Take the data below and extract the lines from the one with "#48=CYLINDRICAL_SURFACE('',#47,66.5);" to the one with "END-ISO-10303-21;", inclusive, exactly as written.
= Beginning of Section =
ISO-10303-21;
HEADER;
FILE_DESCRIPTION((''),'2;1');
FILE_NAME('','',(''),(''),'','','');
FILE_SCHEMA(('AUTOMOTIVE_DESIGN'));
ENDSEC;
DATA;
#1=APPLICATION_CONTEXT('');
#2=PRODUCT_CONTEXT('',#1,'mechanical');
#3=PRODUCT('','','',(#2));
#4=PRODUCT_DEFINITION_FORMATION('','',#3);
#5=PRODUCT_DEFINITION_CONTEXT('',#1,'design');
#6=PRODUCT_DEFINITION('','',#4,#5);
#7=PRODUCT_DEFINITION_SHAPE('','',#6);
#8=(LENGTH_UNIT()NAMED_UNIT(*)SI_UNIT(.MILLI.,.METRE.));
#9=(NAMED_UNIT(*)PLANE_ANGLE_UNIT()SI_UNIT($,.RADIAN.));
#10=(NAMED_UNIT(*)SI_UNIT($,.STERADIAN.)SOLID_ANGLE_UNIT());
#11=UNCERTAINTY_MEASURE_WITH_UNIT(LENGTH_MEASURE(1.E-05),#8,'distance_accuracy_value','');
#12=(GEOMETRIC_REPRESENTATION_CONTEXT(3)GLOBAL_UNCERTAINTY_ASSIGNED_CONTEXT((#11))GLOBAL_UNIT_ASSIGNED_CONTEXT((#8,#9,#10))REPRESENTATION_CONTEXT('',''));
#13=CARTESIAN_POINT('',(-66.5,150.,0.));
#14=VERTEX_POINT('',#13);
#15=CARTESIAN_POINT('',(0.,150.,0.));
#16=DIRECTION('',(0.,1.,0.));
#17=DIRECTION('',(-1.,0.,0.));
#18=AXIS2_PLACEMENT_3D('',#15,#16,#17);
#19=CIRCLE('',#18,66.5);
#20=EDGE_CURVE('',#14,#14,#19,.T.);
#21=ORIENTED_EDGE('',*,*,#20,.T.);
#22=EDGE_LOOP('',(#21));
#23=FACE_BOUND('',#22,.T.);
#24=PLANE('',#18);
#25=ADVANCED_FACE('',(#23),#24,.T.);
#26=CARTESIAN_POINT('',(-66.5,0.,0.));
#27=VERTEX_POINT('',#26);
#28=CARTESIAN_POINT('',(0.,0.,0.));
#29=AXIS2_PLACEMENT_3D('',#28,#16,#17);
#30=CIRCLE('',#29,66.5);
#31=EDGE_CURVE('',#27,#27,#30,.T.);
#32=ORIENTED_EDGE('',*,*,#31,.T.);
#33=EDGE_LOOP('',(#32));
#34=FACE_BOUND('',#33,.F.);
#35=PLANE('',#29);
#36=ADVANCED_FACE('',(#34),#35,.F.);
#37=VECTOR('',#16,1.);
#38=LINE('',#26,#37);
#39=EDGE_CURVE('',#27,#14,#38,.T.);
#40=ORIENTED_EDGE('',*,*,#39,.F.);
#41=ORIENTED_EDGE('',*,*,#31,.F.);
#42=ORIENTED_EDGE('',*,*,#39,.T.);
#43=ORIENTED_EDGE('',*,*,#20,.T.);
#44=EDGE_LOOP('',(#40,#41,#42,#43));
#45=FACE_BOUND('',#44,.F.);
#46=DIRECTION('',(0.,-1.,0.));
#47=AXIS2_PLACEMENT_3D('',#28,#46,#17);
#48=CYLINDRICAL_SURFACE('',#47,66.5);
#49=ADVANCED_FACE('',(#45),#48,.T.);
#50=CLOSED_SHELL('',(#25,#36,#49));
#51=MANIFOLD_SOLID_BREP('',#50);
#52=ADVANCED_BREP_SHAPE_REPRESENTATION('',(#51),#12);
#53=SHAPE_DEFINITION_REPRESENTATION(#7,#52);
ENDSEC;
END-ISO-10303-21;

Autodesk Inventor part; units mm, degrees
ref_plane "YZ Plane" through (0, 0, 0) normal (1, 0, 0) x (0, 1, 0)
ref_plane "XZ Plane" through (0, 0, 0) normal (0, 1, 0) x (-1, 0, 0)
ref_plane "XY Plane" through (0, 0, 0) normal (0, 0, 1) x (1, 0, 0)
sketch "スケッチ1" plane through (0, 0, 0) normal (0, 1, 0) x (-1, 0, 0)
  circle A0 centre (0, 0) radius 66.5
  dimension "d0" = 133
extrude "押し出し1" add sketch "スケッチ1" along normal blind 150
properties part number "tank"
= End of Section =
### WRITTEN ANSWER:
#48=CYLINDRICAL_SURFACE('',#47,66.5);
#49=ADVANCED_FACE('',(#45),#48,.T.);
#50=CLOSED_SHELL('',(#25,#36,#49));
#51=MANIFOLD_SOLID_BREP('',#50);
#52=ADVANCED_BREP_SHAPE_REPRESENTATION('',(#51),#12);
#53=SHAPE_DEFINITION_REPRESENTATION(#7,#52);
ENDSEC;
END-ISO-10303-21;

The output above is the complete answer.